Trade and Export Development Minister Jeremy Harrison says the existing support programs put in place for small businesses and the tourism sector wouldn’t have provided enough dollars for these leagues, which depend on gate admissions for revenue.

He said officials have been talking to the leagues for more than two months and had hoped they would be able to return to play, which has been ruled out for the “immediate future.”

“People, I think, have a high degree of understanding as to the reason why there is not the ability to have sports right now,” Harrsion said Friday.

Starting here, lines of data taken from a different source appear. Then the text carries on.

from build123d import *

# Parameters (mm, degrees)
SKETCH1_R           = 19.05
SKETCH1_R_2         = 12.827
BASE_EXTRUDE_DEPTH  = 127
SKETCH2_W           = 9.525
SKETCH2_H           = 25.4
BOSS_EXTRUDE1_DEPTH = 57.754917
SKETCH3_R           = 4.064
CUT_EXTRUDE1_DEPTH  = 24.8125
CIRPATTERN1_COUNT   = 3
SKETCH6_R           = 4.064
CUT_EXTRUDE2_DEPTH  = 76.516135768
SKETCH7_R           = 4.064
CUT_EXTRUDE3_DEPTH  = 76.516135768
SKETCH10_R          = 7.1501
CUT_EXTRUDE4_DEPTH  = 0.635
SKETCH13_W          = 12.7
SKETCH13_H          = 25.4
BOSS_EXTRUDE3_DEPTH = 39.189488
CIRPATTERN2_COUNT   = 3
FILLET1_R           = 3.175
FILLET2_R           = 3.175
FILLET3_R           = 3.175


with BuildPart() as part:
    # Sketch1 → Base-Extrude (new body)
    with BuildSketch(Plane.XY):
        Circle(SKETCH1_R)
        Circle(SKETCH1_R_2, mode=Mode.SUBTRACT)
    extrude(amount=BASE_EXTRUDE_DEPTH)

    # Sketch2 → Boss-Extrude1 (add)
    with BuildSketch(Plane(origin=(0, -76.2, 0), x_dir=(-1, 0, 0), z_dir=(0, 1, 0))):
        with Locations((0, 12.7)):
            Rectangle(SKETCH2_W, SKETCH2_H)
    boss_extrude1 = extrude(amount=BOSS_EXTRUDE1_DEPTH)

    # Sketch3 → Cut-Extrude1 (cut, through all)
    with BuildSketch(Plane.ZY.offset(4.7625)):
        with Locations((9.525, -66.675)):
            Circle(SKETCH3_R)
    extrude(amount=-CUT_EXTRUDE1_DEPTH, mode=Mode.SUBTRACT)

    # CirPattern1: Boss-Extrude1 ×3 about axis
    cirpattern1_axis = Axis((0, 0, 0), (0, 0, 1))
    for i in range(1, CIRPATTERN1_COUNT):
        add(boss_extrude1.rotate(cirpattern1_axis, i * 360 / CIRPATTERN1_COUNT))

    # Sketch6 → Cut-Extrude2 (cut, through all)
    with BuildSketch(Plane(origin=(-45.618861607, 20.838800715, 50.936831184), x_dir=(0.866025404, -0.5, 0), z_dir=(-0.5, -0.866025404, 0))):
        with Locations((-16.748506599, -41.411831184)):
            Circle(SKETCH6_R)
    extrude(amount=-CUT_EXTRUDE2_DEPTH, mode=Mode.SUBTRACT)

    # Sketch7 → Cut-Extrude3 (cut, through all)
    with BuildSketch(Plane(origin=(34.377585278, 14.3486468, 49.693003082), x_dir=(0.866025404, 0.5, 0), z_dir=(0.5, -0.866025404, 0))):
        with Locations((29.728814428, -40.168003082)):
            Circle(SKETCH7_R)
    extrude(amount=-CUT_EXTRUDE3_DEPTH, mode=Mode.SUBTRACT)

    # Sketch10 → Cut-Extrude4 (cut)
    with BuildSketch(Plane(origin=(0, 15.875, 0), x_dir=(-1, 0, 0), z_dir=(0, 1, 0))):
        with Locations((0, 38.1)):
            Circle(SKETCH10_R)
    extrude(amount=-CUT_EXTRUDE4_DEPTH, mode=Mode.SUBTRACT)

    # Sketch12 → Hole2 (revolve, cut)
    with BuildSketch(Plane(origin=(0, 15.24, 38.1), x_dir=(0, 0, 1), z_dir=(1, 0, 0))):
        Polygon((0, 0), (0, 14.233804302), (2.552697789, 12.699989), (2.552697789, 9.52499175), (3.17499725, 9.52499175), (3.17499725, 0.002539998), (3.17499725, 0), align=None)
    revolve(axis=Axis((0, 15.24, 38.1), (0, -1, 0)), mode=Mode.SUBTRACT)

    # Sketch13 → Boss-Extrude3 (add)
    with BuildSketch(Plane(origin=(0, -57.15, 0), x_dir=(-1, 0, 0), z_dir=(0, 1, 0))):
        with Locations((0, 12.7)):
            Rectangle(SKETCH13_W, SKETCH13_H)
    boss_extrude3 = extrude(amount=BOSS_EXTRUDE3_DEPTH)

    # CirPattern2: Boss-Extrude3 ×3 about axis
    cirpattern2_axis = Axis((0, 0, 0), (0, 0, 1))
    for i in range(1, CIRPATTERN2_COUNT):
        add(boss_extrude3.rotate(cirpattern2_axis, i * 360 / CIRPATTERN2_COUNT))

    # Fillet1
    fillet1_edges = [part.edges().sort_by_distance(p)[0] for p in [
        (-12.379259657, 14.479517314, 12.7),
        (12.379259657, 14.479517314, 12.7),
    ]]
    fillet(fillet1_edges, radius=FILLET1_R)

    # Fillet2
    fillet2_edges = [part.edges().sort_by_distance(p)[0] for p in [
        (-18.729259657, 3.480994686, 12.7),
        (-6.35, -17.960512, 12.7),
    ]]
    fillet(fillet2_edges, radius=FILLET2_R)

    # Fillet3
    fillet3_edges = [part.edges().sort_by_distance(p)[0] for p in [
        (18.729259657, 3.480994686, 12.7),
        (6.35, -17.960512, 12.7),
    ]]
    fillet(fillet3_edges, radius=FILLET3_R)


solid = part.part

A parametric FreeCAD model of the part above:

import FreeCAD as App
import Part
import Sketcher
Q = App.Units.Quantity


def edges_at(feature, points):
    """Names of the edges that pass closest to the given points."""
    edges = feature.Shape.Edges
    near = lambda p: min(range(len(edges)), key=lambda i: edges[i].distToShape(Part.Vertex(*p))[0])
    return sorted({f"Edge{near(p) + 1}" for p in points})


def add_polygon(sketch, points):
    """Adds a closed chain of lines whose ends are joined by coincident constraints."""
    first, n = sketch.GeometryCount, len(points)
    for a, b in zip(points, points[1:] + points[:1]):
        sketch.addGeometry(Part.LineSegment(App.Vector(*a, 0), App.Vector(*b, 0)), False)
    for i in range(n):
        sketch.addConstraint(Sketcher.Constraint("Coincident", first + i, 2, first + (i + 1) % n, 1))

doc = App.newDocument("Part")
body = doc.addObject("PartDesign::Body", "Body")

# Sketch on XY plane
sketch1 = body.newObject("Sketcher::SketchObject", "Sketch")
sketch1.AttachmentSupport = (doc.getObject("XY_Plane"), [""])
sketch1.MapMode = "FlatFace"
sketch1.addGeometry([
    Part.Circle(App.Vector(0, 0, 0), App.Vector(0, 0, 1), 19),
    Part.Circle(App.Vector(0, 0, 0), App.Vector(0, 0, 1), 13),
], False)
sketch1.addConstraint([
    Sketcher.Constraint("Coincident", 0, 3, -1, 1),
    Sketcher.Constraint("Coincident", 1, 3, -1, 1),
    Sketcher.Constraint("Diameter", 0, Q("1.5 in")),
    Sketcher.Constraint("Diameter", 1, Q("1.01 in")),
])
pad1 = body.newObject("PartDesign::Pad", "Pad")
pad1.Profile = sketch1
pad1.Length = Q("5 in")

# Sketch on XZ plane
sketch2 = body.newObject("Sketcher::SketchObject", "Sketch001")
sketch2.AttachmentSupport = (doc.getObject("XZ_Plane"), [""])
sketch2.MapMode = "FlatFace"
sketch2.AttachmentOffset = App.Placement(App.Vector(0, 0, 3 * 25.4), App.Rotation())
add_polygon(sketch2, [(5, 25), (5, 0), (-5, 0), (-5, 25)])  # lines 0-3
sketch2.addConstraint([
    Sketcher.Constraint("Vertical", 0),
    Sketcher.Constraint("Horizontal", 1),
    Sketcher.Constraint("Vertical", 2),
    Sketcher.Constraint("Horizontal", 3),
    Sketcher.Constraint("Symmetric", 0, 2, 1, 2, -1, 1),
    Sketcher.Constraint("DistanceY", 0, 2, 0, 1, Q("1 in")),
    Sketcher.Constraint("DistanceX", 1, 2, 1, 1, Q("0.375 in")),
])
pad2 = body.newObject("PartDesign::Pad", "Pad001")
pad2.Profile = sketch2
pad2.Length = 57.754917
pad2.Reversed = True

# Sketch on YZ plane
sketch3 = body.newObject("Sketcher::SketchObject", "Sketch002")
sketch3.AttachmentSupport = (doc.getObject("YZ_Plane"), [""])
sketch3.MapMode = "FlatFace"
sketch3.AttachmentOffset = App.Placement(App.Vector(0, 0, -0.1875 * 25.4), App.Rotation())
sketch3.addGeometry(Part.Circle(App.Vector(-66.7, 9.5, 0), App.Vector(0, 0, 1), 4.1), False)
sketch3.addConstraint([
    Sketcher.Constraint("Diameter", 0, Q("0.32 in")),
    Sketcher.Constraint("DistanceX", 0, 3, -1, 1, Q("2.625 in")),
    Sketcher.Constraint("DistanceY", -1, 1, 0, 3, Q("0.375 in")),
])
pocket1 = body.newObject("PartDesign::Pocket", "Pocket")
pocket1.Profile = sketch3
pocket1.Type = "ThroughAll"
pocket1.Reversed = True
doc.recompute()

polarpattern = body.newObject("PartDesign::PolarPattern", "PolarPattern")
polarpattern.Originals = [pad2]
polarpattern.Axis = (doc.getObject("Z_Axis"), [""])
polarpattern.Angle = 360
polarpattern.Occurrences = 3
body.Tip = polarpattern

# Sketch on an angled plane
sketch4 = body.newObject("Sketcher::SketchObject", "Sketch003")
sketch4.Placement = App.Placement(App.Vector(-45.618862, 20.838801, 50.936831), App.Rotation(App.Vector(0.866025404, -0.5, 0), App.Vector(0, 0, 1), App.Vector(-0.5, -0.866025404, 0), "ZXY"))
sketch4.addGeometry(Part.Circle(App.Vector(-16.7, -41.4, 0), App.Vector(0, 0, 1), 4.1), False)
sketch4.addConstraint([
    Sketcher.Constraint("Diameter", 0, Q("0.32 in")),
    Sketcher.Constraint("DistanceY", 0, 3, -1, 1, Q("41.411831 mm")),
    Sketcher.Constraint("DistanceX", 0, 3, -1, 1, Q("16.748507 mm")),
])
pocket2 = body.newObject("PartDesign::Pocket", "Pocket001")
pocket2.Profile = sketch4
pocket2.Type = "ThroughAll"

# Sketch on an angled plane
sketch5 = body.newObject("Sketcher::SketchObject", "Sketch004")
sketch5.Placement = App.Placement(App.Vector(34.377585, 14.348647, 49.693003), App.Rotation(App.Vector(0.866025404, 0.5, 0), App.Vector(0, 0, 1), App.Vector(0.5, -0.866025404, 0), "ZXY"))
sketch5.addGeometry(Part.Circle(App.Vector(29.7, -40.2, 0), App.Vector(0, 0, 1), 4.1), False)
sketch5.addConstraint([
    Sketcher.Constraint("Diameter", 0, Q("0.32 in")),
    Sketcher.Constraint("DistanceX", -1, 1, 0, 3, Q("29.728814 mm")),
    Sketcher.Constraint("DistanceY", 0, 3, -1, 1, Q("40.168003 mm")),
])
pocket3 = body.newObject("PartDesign::Pocket", "Pocket002")
pocket3.Profile = sketch5
pocket3.Type = "ThroughAll"

# Sketch on XZ plane
sketch6 = body.newObject("Sketcher::SketchObject", "Sketch005")
sketch6.AttachmentSupport = (doc.getObject("XZ_Plane"), [""])
sketch6.MapMode = "FlatFace"
sketch6.AttachmentOffset = App.Placement(App.Vector(0, 0, -0.625 * 25.4), App.Rotation())
sketch6.addGeometry(Part.Circle(App.Vector(0, 38, 0), App.Vector(0, 0, 1), 7), False)
sketch6.addConstraint([
    Sketcher.Constraint("PointOnObject", 0, 3, -2),
    Sketcher.Constraint("Diameter", 0, Q("0.563 in")),
    Sketcher.Constraint("DistanceY", -1, 1, 0, 3, Q("1.5 in")),
])
pocket4 = body.newObject("PartDesign::Pocket", "Pocket003")
pocket4.Profile = sketch6
pocket4.Length = Q("0.025 in")
pocket4.Reversed = True

# Sketch on YZ plane
sketch7 = body.newObject("Sketcher::SketchObject", "Sketch006")
sketch7.AttachmentSupport = (doc.getObject("YZ_Plane"), [""])
sketch7.MapMode = "FlatFace"
add_polygon(sketch7, [(1, 38.1), (15.2, 38.1), (15.2, 41.3), (5.7, 41.3), (5.7, 40.7), (2.5, 40.7)])  # lines 0-5
sketch7.addGeometry(Part.LineSegment(App.Vector(15.2, 38.1, 0), App.Vector(1, 38.1, 0)), True)  # axis
sketch7.addConstraint([
    Sketcher.Constraint("Horizontal", 0),
    Sketcher.Constraint("Vertical", 1),
    Sketcher.Constraint("Horizontal", 2),
    Sketcher.Constraint("Vertical", 3),
    Sketcher.Constraint("Horizontal", 4),
    Sketcher.Constraint("Horizontal", 6),
    Sketcher.Constraint("Coincident", 6, 1, 0, 2),
    Sketcher.Constraint("Equal", 0, 6),
    Sketcher.Constraint("Equal", 4, 1),
    Sketcher.Constraint("Angle", 5, Q("-120.999996 deg")),
    Sketcher.Constraint("DistanceX", -1, 1, 0, 2, Q("0.6 in")),
    Sketcher.Constraint("DistanceY", -1, 1, 0, 2, Q("1.5 in")),
    Sketcher.Constraint("DistanceX", 4, 2, 4, 1, Q("0.1249999 in")),
    Sketcher.Constraint("DistanceY", 3, 2, 3, 1, Q("0.0245 in")),
    Sketcher.Constraint("DistanceX", 2, 2, 2, 1, Q("9.524992 mm")),
])
groove = body.newObject("PartDesign::Groove", "Groove")
groove.Profile = sketch7
groove.ReferenceAxis = (sketch7, ["Axis0"])
groove.Angle = 360

# Sketch on XZ plane
sketch8 = body.newObject("Sketcher::SketchObject", "Sketch007")
sketch8.AttachmentSupport = (doc.getObject("XZ_Plane"), [""])
sketch8.MapMode = "FlatFace"
sketch8.AttachmentOffset = App.Placement(App.Vector(0, 0, 2.25 * 25.4), App.Rotation())
add_polygon(sketch8, [(6, 25), (6, 0), (-6, 0), (-6, 25)])  # lines 0-3
sketch8.addConstraint([
    Sketcher.Constraint("Vertical", 0),
    Sketcher.Constraint("Horizontal", 1),
    Sketcher.Constraint("Vertical", 2),
    Sketcher.Constraint("Horizontal", 3),
    Sketcher.Constraint("Symmetric", 0, 2, 1, 2, -1, 1),
    Sketcher.Constraint("DistanceY", 0, 2, 0, 1, Q("1 in")),
    Sketcher.Constraint("DistanceX", 1, 2, 1, 1, Q("0.5 in")),
])
pad3 = body.newObject("PartDesign::Pad", "Pad002")
pad3.Profile = sketch8
pad3.Length = 39.189488
pad3.Reversed = True
doc.recompute()

polarpattern2 = body.newObject("PartDesign::PolarPattern", "PolarPattern001")
polarpattern2.Originals = [pad3]
polarpattern2.Axis = (doc.getObject("Z_Axis"), [""])
polarpattern2.Angle = 360
polarpattern2.Occurrences = 3
body.Tip = polarpattern2
doc.recompute()

fillet = body.newObject("PartDesign::Fillet", "Fillet")
fillet.Base = (polarpattern2, edges_at(polarpattern2, [(-12.379, 14.48, 12.7), (12.379, 14.48, 12.7)]))
fillet.Radius = Q("0.125 in")
doc.recompute()

fillet2 = body.newObject("PartDesign::Fillet", "Fillet001")
fillet2.Base = (fillet, edges_at(fillet, [(-18.729, 3.481, 12.7), (-6.35, -17.961, 12.7)]))
fillet2.Radius = Q("0.125 in")
doc.recompute()

fillet3 = body.newObject("PartDesign::Fillet", "Fillet002")
fillet3.Base = (fillet2, edges_at(fillet2, [(18.729, 3.481, 12.7), (6.35, -17.961, 12.7)]))
fillet3.Radius = Q("0.125 in")

doc.recompute()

“Nobody likes it. It’s not ideal.”

Another 382 new infections were reported in Saskatchewan Friday. Health officials said four residents who were 60 or older also died, while 210 people remain in hospital. Of those, 35 people were in intensive care.

Under the province’s public health order, athletes who are 18 and younger can practise or train in small groups, but team sports are banned.

The SJHL suspended its season in late November after the ban was announced.

On Friday, the Junior A league issued a statement saying officials tasked with helping businesses respond to the pandemic announced the government wouldn’t consider allowing games to proceed for at least four weeks.

“We are grateful that our season has not been shut down completely,” said the league.

The WHL has said it is committed to playing a 2020-21 season, but potential start dates were undecided.

Harrsion said the government wants to ensure junior hockey in the province survives the pandemic because of how important teams are to communities.

“Think of the Humboldt Broncos,” said Harrison, referring to the SJHL team that was in a devastating bus crash in 2018.

The Saskatchewan Party government said it’s working with both leagues on options for a safe return to play. The public-health restrictions are to expire Jan. 29.

Earlier this week, Saskatchewan’s chief medical health officer raised the possibility that harsher restrictions could be on the way if the province doesn’t lower its daily COVID-19 case count.

Dr. Saqib Shahab said the current average of more than 300 new daily infections is too high, and top Saskatchewan Health Authority officials also warned that the health system is at its most fragile yet in the pandemic.